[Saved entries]
━━━━━━━━━━━━━━━━━━━━
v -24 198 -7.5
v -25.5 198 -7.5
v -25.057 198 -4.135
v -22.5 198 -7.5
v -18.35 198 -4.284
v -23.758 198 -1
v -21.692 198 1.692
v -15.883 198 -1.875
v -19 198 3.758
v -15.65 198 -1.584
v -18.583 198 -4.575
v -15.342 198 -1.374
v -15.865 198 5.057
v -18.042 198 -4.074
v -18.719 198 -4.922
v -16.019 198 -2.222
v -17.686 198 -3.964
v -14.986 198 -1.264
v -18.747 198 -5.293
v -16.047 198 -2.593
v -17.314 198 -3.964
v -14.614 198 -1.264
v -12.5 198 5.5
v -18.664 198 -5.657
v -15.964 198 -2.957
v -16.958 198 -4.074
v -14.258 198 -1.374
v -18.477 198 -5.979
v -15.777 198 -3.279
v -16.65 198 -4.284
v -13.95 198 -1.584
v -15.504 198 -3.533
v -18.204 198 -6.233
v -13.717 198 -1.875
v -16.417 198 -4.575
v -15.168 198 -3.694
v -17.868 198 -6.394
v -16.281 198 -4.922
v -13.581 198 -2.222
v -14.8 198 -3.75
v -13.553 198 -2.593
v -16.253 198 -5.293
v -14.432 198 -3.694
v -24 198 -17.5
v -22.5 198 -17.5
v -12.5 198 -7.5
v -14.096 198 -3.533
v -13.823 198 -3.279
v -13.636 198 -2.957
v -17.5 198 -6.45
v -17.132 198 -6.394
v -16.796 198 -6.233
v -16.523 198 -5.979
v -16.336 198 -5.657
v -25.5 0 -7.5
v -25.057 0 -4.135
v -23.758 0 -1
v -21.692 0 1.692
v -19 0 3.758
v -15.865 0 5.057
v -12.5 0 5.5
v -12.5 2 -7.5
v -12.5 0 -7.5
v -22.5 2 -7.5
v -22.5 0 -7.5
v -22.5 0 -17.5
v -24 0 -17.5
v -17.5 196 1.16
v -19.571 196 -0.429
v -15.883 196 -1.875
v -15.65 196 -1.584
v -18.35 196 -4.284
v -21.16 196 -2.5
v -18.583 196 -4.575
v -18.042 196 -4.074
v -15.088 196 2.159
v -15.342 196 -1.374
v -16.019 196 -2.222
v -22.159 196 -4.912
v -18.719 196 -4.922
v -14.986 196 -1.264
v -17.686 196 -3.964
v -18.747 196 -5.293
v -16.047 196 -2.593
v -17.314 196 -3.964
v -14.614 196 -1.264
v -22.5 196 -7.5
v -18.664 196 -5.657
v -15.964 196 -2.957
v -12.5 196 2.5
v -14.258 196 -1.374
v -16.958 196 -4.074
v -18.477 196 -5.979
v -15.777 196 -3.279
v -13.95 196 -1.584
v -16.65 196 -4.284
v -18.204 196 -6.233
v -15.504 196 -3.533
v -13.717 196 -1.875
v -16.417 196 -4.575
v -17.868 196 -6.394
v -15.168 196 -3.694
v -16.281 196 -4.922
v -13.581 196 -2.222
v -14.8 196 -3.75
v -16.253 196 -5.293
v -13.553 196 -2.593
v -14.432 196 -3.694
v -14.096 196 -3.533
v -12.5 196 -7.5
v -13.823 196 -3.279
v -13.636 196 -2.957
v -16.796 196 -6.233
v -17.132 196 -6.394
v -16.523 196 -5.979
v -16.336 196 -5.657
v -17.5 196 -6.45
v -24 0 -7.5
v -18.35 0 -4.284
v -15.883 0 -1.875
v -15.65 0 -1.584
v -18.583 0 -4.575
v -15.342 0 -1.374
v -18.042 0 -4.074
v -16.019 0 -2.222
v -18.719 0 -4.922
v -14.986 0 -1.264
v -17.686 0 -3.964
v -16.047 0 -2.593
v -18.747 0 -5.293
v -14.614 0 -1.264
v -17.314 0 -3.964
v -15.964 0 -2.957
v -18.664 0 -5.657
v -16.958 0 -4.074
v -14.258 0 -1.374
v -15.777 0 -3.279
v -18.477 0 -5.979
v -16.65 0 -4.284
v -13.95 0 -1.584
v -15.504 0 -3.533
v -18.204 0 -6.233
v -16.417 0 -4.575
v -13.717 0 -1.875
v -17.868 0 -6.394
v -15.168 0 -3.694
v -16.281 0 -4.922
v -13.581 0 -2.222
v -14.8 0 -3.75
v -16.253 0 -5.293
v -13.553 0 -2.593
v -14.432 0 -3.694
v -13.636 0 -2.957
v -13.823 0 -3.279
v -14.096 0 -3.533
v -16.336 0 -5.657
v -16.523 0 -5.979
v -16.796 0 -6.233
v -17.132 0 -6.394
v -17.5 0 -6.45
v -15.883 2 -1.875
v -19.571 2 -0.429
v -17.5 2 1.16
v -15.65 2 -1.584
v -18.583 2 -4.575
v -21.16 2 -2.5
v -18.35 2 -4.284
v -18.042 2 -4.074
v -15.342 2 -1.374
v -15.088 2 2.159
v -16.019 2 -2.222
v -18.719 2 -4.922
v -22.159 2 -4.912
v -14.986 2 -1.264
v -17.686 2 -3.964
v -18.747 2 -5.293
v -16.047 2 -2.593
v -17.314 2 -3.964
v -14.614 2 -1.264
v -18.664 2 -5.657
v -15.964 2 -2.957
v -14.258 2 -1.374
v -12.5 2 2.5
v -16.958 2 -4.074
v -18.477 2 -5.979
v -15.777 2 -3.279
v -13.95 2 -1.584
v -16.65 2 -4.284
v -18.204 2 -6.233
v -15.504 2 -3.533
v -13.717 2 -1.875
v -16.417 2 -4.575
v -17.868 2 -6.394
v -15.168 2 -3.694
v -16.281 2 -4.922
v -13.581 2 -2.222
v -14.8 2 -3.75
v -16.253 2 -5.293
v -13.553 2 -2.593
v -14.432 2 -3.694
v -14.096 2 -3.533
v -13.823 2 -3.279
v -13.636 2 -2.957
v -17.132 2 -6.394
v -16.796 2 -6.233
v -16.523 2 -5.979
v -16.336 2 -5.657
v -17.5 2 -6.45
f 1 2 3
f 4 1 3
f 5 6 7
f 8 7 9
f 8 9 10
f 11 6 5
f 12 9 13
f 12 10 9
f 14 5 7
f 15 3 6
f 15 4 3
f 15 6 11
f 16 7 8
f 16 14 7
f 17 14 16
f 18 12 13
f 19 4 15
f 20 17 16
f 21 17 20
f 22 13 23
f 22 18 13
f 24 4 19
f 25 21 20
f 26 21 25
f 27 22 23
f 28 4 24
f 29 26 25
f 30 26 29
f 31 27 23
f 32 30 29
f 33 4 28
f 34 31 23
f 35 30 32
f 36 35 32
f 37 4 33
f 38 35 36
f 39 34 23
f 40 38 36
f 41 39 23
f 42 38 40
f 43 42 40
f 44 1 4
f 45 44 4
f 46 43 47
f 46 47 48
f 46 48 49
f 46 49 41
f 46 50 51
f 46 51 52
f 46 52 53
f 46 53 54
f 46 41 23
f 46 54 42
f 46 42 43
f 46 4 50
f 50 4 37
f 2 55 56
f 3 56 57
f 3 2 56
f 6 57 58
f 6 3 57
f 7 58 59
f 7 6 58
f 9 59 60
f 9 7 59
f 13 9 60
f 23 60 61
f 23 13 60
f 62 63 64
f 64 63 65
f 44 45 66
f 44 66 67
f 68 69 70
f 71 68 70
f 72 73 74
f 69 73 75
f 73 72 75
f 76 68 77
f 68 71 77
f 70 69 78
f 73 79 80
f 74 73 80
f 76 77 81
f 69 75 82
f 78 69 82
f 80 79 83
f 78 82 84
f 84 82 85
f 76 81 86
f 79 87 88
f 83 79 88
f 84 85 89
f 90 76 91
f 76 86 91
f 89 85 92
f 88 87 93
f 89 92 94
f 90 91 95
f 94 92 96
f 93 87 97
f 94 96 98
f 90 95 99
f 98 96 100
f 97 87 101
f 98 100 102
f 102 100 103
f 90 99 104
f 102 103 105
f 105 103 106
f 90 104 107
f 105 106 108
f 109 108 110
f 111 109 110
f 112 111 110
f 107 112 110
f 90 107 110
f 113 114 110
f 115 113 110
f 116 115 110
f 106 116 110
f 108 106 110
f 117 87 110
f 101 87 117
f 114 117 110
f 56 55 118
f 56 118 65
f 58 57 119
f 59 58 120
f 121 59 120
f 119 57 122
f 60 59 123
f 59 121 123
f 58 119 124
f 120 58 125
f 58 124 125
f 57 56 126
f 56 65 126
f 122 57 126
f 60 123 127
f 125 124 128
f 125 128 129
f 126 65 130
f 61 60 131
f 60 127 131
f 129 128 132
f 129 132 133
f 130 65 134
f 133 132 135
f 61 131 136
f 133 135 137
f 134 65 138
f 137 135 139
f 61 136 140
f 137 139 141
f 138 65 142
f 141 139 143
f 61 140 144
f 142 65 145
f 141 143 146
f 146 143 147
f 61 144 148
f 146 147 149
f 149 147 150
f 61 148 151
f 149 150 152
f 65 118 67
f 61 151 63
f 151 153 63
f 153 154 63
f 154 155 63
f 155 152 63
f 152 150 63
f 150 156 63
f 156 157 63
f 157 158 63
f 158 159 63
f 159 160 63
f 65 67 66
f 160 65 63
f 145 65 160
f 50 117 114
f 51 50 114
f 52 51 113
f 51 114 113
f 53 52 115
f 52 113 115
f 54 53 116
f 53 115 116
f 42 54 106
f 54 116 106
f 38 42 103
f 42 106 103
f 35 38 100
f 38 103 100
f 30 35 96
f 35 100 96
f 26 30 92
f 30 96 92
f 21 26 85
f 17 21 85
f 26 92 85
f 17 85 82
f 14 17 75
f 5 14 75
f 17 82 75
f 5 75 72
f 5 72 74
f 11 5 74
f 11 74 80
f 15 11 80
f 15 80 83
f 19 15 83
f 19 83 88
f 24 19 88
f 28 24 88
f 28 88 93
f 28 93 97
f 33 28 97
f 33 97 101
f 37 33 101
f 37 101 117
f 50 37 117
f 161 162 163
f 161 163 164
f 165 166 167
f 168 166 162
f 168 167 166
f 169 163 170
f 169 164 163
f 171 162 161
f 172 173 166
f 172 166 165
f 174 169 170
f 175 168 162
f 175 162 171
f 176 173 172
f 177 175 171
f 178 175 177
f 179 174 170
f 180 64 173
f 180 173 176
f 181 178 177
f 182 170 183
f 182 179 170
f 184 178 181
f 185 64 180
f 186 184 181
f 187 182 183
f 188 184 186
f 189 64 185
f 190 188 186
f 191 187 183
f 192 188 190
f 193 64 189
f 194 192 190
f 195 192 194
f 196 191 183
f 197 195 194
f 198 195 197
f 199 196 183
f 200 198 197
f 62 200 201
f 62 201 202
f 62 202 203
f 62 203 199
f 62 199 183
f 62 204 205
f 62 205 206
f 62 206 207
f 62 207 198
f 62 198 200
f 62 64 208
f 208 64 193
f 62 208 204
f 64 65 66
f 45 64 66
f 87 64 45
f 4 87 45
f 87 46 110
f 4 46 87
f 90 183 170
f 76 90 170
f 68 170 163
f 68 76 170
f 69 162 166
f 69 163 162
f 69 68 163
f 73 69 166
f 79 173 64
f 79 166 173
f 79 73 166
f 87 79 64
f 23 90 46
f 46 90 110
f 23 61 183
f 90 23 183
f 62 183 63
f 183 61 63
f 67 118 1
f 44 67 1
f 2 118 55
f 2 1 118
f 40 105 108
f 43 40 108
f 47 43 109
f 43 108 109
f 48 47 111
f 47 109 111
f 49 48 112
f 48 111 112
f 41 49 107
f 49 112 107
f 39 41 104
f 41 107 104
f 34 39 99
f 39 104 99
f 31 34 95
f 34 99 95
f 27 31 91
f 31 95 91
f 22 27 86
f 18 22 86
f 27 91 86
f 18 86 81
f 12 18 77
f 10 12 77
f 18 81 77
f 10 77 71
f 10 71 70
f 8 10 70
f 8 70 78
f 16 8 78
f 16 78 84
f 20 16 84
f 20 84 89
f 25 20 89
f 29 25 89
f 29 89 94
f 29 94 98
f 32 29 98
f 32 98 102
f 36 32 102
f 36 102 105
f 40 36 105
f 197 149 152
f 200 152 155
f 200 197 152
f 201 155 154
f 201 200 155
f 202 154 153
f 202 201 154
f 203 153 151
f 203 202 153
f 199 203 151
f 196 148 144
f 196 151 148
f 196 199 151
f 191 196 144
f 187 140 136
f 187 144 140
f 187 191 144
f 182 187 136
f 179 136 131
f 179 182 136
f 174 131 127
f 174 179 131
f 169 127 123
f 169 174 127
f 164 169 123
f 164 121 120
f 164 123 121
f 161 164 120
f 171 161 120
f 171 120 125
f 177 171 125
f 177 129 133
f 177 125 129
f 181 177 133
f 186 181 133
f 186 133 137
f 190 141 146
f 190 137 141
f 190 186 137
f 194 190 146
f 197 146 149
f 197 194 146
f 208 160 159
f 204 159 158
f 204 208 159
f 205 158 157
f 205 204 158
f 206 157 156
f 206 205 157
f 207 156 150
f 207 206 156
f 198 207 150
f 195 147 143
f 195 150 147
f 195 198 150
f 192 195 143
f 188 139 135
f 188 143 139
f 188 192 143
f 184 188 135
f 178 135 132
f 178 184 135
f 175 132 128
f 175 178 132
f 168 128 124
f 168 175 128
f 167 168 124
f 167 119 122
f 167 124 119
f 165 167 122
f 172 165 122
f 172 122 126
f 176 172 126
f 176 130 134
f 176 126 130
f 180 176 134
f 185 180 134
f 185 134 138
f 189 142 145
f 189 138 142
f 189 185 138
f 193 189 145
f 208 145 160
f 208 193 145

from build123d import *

# Parameters (mm, degrees)
SKETCH_1_W                  = 30
SKETCH_1_H                  = 11
EXTRUDE_1_DEPTH             = 6
SKETCH_2_W                  = 16
SKETCH_2_H                  = 2
CUT_EXTRUDE_1_DEPTH         = 144
EXTRUDE_2_DEPTH             = 192
SKETCH_4_R                  = 1.75
CUT_EXTRUDE_2_DEPTH         = 144
SKETCH_5_W                  = 11
SKETCH_5_H                  = 198
CUT_EXTRUDE_3_DEPTH         = 2.5
EXTRUDE_3_REACH             = 194.664
EXTRUDE_3_DIRECTION_2_REACH = 194.664
SKETCH_7_W                  = 1.5
SKETCH_7_H                  = 198
EXTRUDE_4_DEPTH             = 10
CUT_EXTRUDE_4_DEPTH         = 40
EXTRUDE_5_DEPTH             = 2
SKETCH_10_R                 = 1.25
CUT_EXTRUDE_5_DEPTH         = 3


with BuildPart() as part:
    # 草图1 → 凸台-拉伸1 (new body)
    with BuildSketch(Plane(origin=(0, 0, 0), x_dir=(1, 0, 0), z_dir=(0, 1, 0))):
        Rectangle(SKETCH_1_W, SKETCH_1_H)
    extrude(amount=EXTRUDE_1_DEPTH)

    # 草图2 → 切除-拉伸1 (cut)
    with BuildSketch(Plane.ZY.offset(15)):
        with Locations((-5.5, 3)):
            Rectangle(SKETCH_2_W, SKETCH_2_H)
    extrude(amount=-CUT_EXTRUDE_1_DEPTH, mode=Mode.SUBTRACT)

    # 草图3 → 凸台-拉伸2 (add)
    with BuildSketch(Plane(origin=(0, 6, 0), x_dir=(1, 0, 0), z_dir=(0, 1, 0))):
        Polygon((2, 5.5), (-2, 5.5), (-2, -3.5), (-15, -3.5), (-15, -5.5), (15, -5.5), (15, -3.5), (2, -3.5), align=None)
    extrude(amount=EXTRUDE_2_DEPTH)

    # 草图4 → 切除-拉伸2 (cut)
    with BuildSketch(Plane(origin=(0, 6, 0), x_dir=(1, 0, 0), z_dir=(0, 1, 0))):
        with Locations(Location((-7.5, 2, 0), (0, 0, 270))):
            Circle(SKETCH_4_R)
        with Locations(Location((7.5, 2, 0), (0, 0, 270))):
            Circle(SKETCH_4_R)
    extrude(amount=-CUT_EXTRUDE_2_DEPTH, mode=Mode.SUBTRACT)

    # 草图5 → 切除-拉伸3 (cut)
    with BuildSketch(Plane.ZY.offset(15)):
        with Locations((0, 99)):
            Rectangle(SKETCH_5_W, SKETCH_5_H)
    extrude(amount=-CUT_EXTRUDE_3_DEPTH, mode=Mode.SUBTRACT)

    # 凸台-拉伸3: up to this face of the body (flat: up to its plane)
    extrude_3_end = Plane(part.part.faces().sort_by_distance((0.755494505, 198, 2.324175824))[0])
    # 草图6 → 凸台-拉伸3 (add, up to the picked face)
    with BuildSketch(Plane(origin=(0, 6, 0), x_dir=(1, 0, 0), z_dir=(0, 1, 0)), mode=Mode.PRIVATE) as extrude_3_sk1:
        with BuildLine():
            Line((-22.5, 7.5), (-25.5, 7.5))
            ThreePointArc((-25.5, 7.5), (-21.692388155, -1.692388155), (-12.5, -5.5))
            Line((-12.5, -5.5), (-12.5, -2.5))
            ThreePointArc((-12.5, -2.5), (-19.571067812, 0.428932188), (-22.5, 7.5))
        make_face()
    extrude_3_tool1 = split(extrude(extrude_3_sk1.sketch, amount=EXTRUDE_3_REACH, mode=Mode.PRIVATE), bisect_by=extrude_3_end, keep=Keep.BOTH, mode=Mode.PRIVATE)
    add(extrude_3_tool1.solids().sort_by(Axis((-19.862646, 6, -0.137354), (0, 1, 0)))[0])

    # 凸台-拉伸3 direction 2: up to this face of the body (flat: up to its plane)
    extrude_3_direction_2_end = Plane(part.part.faces().sort_by_distance((1.334914955, 0, 0.135863928))[0])
    # 草图6 → 凸台-拉伸3 direction 2 (add, up to the picked face)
━━━━━━━━━━━━━━━━━━━━
[YOUR ASSIGNMENT]
Starting at the line that has "f 188 139 135" and ending at the line that has "f 208 193 145", please write out the lines above exactly, leaving out all others.

[SOLVED PROBLEM]
f 188 139 135
f 188 143 139
f 188 192 143
f 184 188 135
f 178 135 132
f 178 184 135
f 175 132 128
f 175 178 132
f 168 128 124
f 168 175 128
f 167 168 124
f 167 119 122
f 167 124 119
f 165 167 122
f 172 165 122
f 172 122 126
f 176 172 126
f 176 130 134
f 176 126 130
f 180 176 134
f 185 180 134
f 185 134 138
f 189 142 145
f 189 138 142
f 189 185 138
f 193 189 145
f 208 145 160
f 208 193 145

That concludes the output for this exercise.